The advice I got six years ago when I decided to write a novel was to write what I want to write, and not worry about writing things I don't want to write. So, since I don't especially care about short stories I skipped that step. You have a lot to learn either way, and I suppose in some ways it's easier to make mistakes with short stories than a 150,000 word manuscript. In my case I think I would have wasted a lot of time writing short stories I really wasn't interested in. No matter what you do it's hard to get published.
All my novels started as short stories. And my short stories started as novels. The latter came first though. I would have grand ideas of stories, and then slowly, I learned that sometimes less is more, and those planned novels, turned into short stories. Some could still be lengthened, but the details of them haven't comet to me, and so I am happy with them as they are.

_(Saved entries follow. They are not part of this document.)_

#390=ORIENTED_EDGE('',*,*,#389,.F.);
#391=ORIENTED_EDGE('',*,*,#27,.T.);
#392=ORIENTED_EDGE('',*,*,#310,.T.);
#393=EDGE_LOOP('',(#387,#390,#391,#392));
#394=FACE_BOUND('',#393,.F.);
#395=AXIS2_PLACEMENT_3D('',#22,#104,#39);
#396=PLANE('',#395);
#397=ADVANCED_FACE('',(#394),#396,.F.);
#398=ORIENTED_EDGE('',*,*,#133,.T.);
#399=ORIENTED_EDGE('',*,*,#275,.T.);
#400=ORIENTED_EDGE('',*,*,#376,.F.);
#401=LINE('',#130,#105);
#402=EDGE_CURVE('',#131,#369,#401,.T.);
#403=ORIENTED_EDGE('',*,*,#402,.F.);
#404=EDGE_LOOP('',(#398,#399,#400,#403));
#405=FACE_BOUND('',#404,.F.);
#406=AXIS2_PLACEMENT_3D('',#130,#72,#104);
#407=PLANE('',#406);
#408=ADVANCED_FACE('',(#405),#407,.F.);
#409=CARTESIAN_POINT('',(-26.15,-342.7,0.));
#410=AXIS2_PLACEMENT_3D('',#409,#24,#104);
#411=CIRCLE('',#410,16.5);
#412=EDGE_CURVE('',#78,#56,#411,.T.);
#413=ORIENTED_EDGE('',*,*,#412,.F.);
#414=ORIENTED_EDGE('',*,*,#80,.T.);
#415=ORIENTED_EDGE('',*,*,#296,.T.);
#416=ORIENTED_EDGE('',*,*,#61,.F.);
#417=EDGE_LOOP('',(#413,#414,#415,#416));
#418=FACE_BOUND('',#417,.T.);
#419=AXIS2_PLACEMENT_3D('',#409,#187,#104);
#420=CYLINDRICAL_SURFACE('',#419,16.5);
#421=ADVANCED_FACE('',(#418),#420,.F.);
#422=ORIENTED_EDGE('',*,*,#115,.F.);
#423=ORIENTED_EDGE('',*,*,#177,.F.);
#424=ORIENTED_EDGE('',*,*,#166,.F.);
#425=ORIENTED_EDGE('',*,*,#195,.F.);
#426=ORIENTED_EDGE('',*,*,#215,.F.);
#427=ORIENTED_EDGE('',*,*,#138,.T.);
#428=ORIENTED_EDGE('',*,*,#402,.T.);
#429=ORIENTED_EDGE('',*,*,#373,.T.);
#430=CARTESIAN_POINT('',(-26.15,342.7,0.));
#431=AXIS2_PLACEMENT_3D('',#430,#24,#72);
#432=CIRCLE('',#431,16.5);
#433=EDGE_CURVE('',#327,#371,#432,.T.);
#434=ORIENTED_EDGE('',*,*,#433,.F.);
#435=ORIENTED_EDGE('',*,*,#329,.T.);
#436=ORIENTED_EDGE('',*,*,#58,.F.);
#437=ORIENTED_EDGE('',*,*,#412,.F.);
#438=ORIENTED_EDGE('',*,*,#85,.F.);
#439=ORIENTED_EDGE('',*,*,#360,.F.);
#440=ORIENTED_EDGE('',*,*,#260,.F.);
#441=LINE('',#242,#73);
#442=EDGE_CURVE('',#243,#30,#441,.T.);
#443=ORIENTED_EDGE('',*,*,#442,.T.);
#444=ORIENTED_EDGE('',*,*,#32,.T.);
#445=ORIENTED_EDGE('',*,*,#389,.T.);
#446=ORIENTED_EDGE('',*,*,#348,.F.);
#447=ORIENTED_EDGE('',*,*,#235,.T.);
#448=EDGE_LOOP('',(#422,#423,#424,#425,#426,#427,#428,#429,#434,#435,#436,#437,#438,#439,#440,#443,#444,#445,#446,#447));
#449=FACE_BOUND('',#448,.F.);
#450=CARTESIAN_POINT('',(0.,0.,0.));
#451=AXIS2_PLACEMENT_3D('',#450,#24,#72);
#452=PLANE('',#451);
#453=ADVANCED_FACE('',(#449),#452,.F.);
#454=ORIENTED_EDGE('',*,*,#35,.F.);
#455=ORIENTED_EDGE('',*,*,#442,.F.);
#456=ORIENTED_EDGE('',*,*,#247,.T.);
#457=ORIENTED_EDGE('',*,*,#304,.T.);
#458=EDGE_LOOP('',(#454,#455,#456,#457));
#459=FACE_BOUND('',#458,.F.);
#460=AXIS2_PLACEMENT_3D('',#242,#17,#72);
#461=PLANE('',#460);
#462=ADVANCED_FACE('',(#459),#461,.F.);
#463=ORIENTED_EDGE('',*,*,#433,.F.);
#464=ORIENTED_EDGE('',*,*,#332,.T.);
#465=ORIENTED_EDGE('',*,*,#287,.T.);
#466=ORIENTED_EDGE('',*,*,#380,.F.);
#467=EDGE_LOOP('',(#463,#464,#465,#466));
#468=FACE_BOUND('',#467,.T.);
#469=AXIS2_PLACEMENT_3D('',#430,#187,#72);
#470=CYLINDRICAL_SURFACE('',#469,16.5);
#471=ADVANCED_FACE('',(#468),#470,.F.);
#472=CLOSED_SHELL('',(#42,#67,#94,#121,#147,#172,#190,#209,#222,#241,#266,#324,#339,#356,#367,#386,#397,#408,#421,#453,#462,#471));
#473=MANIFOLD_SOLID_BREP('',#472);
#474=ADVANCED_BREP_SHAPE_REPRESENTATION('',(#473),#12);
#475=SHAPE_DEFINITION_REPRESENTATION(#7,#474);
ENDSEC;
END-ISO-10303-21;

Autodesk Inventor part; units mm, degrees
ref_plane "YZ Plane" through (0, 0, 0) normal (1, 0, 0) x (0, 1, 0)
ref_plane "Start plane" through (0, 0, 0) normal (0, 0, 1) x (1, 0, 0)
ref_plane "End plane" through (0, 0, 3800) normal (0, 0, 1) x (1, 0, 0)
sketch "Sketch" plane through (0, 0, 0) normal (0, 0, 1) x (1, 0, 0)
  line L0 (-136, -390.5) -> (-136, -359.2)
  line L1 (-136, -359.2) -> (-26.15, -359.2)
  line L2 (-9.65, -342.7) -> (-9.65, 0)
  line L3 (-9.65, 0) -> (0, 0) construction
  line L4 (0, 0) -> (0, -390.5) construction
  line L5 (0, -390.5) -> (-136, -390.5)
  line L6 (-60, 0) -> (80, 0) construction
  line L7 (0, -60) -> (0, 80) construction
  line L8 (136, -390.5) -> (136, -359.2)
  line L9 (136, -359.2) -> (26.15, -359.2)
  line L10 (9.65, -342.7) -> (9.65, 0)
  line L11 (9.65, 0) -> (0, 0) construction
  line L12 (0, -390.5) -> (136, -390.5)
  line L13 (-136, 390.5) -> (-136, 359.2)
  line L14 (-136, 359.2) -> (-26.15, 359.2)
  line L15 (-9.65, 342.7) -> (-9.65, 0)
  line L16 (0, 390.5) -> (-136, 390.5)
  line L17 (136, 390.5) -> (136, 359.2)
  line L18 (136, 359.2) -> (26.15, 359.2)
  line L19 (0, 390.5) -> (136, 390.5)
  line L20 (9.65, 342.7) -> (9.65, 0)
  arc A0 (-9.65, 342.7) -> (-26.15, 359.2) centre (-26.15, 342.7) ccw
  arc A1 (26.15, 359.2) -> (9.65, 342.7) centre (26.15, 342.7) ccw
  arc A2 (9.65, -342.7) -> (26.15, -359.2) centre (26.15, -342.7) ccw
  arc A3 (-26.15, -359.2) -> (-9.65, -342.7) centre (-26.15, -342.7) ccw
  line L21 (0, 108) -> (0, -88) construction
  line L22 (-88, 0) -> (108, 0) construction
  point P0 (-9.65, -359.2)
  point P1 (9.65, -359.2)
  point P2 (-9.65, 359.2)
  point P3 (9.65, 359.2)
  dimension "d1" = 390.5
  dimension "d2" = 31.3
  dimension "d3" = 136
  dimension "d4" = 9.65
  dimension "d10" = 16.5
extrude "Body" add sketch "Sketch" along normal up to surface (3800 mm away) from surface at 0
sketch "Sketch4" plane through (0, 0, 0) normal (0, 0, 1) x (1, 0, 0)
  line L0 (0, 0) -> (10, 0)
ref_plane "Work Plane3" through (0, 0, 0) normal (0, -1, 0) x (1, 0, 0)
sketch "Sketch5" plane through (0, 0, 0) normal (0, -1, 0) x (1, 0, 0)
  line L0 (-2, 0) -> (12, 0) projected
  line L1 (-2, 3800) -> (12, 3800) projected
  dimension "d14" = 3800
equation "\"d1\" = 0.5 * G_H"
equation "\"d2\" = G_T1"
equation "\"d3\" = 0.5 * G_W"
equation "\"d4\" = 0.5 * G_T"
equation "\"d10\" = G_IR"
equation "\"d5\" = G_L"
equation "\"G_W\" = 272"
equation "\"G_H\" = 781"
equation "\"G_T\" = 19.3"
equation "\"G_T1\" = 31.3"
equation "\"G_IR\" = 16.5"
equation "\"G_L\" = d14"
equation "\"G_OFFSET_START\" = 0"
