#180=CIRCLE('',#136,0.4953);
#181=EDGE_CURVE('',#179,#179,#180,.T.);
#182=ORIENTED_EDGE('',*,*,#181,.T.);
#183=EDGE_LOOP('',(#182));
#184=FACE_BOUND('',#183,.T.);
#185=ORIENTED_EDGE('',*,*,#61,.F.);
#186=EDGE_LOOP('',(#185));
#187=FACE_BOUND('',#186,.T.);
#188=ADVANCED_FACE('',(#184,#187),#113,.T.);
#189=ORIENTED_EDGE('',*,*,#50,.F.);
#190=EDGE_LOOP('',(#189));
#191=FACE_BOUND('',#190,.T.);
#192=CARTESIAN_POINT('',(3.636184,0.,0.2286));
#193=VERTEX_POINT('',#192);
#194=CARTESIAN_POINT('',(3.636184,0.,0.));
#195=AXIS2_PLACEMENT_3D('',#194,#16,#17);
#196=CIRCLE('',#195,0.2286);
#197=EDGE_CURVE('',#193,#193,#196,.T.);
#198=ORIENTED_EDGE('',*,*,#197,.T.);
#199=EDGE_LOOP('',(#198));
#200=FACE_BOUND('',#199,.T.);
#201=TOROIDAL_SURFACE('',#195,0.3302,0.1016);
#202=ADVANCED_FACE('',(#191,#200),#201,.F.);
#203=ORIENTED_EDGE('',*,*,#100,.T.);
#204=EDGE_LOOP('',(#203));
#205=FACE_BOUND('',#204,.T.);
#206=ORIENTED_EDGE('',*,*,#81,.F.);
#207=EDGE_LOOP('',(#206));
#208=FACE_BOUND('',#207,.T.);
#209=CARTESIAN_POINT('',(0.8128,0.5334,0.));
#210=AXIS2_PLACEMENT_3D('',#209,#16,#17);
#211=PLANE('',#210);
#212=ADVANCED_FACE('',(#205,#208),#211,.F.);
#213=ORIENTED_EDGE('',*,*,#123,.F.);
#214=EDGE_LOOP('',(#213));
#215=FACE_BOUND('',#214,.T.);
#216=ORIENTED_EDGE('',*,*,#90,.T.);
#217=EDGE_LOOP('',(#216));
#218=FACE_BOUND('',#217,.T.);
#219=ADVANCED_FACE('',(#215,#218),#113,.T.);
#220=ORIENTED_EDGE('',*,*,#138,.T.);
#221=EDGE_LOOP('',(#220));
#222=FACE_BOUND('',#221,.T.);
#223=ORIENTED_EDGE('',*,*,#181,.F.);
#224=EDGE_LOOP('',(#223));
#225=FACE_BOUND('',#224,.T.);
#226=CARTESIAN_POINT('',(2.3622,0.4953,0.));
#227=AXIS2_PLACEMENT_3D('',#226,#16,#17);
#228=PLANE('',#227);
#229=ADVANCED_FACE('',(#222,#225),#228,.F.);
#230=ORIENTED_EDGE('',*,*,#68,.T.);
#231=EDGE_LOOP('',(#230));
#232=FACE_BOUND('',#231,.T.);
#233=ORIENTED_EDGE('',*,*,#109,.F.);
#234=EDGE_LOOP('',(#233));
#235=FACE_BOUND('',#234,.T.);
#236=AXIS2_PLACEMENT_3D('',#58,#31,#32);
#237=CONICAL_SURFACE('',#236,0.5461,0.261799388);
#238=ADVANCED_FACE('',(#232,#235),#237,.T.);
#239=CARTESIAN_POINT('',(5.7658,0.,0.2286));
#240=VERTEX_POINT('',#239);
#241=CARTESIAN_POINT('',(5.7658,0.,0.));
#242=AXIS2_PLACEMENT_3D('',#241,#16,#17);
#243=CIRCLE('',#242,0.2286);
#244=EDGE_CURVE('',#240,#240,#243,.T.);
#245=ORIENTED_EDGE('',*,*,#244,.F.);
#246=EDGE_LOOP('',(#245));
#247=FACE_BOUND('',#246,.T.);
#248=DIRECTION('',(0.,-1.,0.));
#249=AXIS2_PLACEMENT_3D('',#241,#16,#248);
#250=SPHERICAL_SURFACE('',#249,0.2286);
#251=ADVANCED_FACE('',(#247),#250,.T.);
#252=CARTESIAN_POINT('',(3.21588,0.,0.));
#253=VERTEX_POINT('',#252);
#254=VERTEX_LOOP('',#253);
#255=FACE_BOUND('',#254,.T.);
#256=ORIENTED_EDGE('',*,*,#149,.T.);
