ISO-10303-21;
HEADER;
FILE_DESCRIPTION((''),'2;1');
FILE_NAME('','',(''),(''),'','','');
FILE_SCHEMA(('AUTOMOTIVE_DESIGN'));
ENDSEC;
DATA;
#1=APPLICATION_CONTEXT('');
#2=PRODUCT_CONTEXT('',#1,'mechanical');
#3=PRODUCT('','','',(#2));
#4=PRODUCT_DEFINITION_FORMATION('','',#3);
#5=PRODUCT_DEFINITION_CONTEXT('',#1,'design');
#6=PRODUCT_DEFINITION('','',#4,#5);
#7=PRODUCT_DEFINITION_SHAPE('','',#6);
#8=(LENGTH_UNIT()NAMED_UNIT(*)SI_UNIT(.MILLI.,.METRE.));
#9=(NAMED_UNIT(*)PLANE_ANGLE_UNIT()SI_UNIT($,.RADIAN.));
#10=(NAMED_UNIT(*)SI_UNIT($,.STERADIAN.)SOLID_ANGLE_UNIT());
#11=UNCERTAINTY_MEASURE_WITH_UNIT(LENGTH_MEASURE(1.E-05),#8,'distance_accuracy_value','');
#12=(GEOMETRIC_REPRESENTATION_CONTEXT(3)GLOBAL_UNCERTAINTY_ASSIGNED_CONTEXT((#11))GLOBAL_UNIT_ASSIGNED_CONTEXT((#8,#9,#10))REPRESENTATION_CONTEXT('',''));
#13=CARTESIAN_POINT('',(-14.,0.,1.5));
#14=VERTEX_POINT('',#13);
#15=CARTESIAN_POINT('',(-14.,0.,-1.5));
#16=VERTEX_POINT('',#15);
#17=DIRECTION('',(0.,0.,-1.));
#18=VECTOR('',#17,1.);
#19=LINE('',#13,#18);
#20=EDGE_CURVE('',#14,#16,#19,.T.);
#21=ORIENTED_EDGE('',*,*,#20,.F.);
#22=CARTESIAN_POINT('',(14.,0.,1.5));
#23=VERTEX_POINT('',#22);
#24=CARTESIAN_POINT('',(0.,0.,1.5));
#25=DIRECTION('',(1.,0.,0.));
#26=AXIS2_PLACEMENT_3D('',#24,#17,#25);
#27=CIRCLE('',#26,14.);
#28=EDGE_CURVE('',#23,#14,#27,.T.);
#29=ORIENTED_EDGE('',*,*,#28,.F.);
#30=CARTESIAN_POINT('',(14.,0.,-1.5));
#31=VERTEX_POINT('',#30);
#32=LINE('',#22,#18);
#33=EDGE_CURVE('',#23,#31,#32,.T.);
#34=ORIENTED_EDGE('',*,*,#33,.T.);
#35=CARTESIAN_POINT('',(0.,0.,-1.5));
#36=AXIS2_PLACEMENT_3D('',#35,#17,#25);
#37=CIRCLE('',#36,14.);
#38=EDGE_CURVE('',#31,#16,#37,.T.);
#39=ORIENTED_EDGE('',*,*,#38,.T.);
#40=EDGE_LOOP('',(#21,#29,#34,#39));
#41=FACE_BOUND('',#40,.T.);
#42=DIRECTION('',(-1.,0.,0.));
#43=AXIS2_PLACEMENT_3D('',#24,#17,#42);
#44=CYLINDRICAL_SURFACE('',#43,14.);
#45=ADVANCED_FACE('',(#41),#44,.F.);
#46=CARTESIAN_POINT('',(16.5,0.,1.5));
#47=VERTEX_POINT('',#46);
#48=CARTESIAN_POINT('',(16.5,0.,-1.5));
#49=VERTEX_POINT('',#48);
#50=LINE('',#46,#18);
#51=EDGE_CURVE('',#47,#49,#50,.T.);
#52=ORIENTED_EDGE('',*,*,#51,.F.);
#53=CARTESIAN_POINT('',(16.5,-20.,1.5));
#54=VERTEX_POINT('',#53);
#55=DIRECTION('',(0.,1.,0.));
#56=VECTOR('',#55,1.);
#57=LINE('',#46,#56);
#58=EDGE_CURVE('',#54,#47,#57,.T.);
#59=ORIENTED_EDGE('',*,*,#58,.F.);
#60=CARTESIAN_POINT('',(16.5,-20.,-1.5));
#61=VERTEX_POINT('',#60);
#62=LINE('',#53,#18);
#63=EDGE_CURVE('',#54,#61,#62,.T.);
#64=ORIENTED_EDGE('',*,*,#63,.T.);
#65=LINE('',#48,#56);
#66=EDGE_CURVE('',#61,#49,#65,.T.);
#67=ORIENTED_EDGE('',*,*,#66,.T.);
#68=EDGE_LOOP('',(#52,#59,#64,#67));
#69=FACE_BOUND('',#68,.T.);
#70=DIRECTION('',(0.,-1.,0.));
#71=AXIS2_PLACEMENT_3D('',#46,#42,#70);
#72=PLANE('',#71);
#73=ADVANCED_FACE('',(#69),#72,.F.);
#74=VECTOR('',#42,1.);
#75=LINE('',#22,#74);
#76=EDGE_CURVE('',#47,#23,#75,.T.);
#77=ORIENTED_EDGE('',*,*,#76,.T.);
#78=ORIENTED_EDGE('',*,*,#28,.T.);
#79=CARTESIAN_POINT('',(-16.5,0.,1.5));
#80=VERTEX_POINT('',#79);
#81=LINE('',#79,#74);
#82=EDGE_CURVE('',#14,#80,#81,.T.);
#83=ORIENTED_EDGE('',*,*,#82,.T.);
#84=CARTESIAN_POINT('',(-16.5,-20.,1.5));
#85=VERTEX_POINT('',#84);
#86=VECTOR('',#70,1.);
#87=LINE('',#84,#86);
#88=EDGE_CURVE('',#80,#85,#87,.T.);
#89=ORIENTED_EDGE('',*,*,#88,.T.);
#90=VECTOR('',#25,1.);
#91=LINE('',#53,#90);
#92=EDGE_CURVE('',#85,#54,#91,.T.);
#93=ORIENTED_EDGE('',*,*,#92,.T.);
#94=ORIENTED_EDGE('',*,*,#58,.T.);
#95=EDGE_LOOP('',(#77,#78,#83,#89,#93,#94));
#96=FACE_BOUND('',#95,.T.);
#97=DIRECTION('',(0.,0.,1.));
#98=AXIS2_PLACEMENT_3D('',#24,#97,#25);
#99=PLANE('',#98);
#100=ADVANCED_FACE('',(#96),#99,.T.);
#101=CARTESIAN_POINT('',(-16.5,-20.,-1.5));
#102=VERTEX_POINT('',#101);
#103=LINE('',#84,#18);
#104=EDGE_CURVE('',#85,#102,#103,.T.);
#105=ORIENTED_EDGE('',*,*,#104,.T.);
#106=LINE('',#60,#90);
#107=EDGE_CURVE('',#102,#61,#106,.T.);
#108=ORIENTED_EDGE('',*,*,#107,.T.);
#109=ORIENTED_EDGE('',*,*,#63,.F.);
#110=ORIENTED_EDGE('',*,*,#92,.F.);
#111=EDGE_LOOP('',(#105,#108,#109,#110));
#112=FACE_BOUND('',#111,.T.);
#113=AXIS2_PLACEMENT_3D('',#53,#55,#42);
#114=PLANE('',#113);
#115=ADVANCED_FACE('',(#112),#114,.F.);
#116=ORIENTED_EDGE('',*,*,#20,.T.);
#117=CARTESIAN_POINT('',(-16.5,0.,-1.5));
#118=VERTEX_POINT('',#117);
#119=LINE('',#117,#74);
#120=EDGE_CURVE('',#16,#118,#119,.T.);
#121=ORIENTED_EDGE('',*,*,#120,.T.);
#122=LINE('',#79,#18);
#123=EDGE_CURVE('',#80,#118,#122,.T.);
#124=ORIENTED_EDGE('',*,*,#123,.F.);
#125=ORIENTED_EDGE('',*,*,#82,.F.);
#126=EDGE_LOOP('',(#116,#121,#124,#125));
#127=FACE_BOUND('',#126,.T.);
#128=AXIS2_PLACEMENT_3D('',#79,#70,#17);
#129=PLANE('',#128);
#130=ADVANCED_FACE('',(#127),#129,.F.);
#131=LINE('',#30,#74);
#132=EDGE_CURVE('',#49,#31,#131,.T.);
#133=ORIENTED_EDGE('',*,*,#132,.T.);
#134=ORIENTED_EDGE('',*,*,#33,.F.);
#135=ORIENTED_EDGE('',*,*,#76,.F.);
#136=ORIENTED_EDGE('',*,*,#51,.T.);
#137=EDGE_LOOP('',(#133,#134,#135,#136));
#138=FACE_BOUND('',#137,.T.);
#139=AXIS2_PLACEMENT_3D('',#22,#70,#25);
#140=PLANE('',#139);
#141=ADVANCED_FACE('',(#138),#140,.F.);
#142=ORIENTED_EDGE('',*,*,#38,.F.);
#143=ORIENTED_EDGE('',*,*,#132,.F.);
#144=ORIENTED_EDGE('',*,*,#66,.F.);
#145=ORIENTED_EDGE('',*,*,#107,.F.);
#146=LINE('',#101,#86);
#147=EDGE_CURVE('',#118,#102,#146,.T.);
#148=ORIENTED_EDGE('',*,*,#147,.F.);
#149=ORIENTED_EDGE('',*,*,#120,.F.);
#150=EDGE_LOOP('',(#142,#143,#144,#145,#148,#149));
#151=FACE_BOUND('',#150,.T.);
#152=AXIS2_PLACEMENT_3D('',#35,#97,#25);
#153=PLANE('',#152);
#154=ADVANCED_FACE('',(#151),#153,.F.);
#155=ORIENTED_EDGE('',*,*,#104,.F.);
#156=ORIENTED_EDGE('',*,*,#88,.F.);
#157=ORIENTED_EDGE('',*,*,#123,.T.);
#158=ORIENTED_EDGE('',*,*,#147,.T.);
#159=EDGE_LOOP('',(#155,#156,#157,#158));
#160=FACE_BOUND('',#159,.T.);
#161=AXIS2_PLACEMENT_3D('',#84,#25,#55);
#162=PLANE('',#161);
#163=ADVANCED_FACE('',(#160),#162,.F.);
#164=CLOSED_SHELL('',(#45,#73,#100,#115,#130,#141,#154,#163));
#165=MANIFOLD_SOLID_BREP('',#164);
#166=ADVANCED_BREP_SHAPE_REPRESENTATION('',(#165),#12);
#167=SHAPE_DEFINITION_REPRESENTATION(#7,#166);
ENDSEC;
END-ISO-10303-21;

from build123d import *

# Parameters (mm, degrees)
BOSS_EXTRUDE1_DEPTH = 1.5


with BuildPart() as part:
    # Sketch1 → Boss-Extrude1 (new, symmetric)
    with BuildSketch(Plane.XY):
        with BuildLine():
            Line((-16.5, 0), (-14, 0))
            ThreePointArc((-14, 0), (0, -14), (14, 0))
            Line((14, 0), (16.5, 0))
            Line((16.5, 0), (16.5, -20))
            Line((16.5, -20), (-16.5, -20))
            Line((-16.5, -20), (-16.5, 0))
        make_face()
    extrude(amount=BOSS_EXTRUDE1_DEPTH, both=True)


solid = part.part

My Goblin story (as I call it), started as a one page story, then I decided it should be a trilogy, then decided it should only be one book. However, as I got to the end of it, I realized there was something missing. Something huge missing. I added one character and suddenly the book became three again. While I have only finished the first installment of the trilogy, I am nearly finished with the second, and have started the third. This would be the Doppelganger Prophecy Trilogy (The first few chapters of each of the books are in my hubs).
My other novel I am working on was only meant to be a writing exercise to get my creativity flowing. Then all of a sudden the sword sliced into his leg and it was a full novel waiting to be written.
I think writing both is beneficial. They both have different lessons of discipline that can be learned. I think it is good practice just to write. Start off just describing a scene and see where it takes you.
Having just finished my first novel of a respectable length, I would have to say that experience COMES from writing, rather its a short story, a novel or a letter to Grandma. In all the advice I have received as a new novelist, the advice that comes resonating loud and clear is just to WRITE, REWRITE and WRITE some more. I think most novels start out as short stories, and as the story unfolds, the writer finds the need to expound on the storyline, thus journeying into the deeper waters of a full blown novel. Those who critique the harshest started out with one word, one chapter and or one short story before they ever achieved any notable respect as a writer. So, I don't think it matters so much WHAT you start out with, as long as your ultimate goal is to improve your writing with each new word.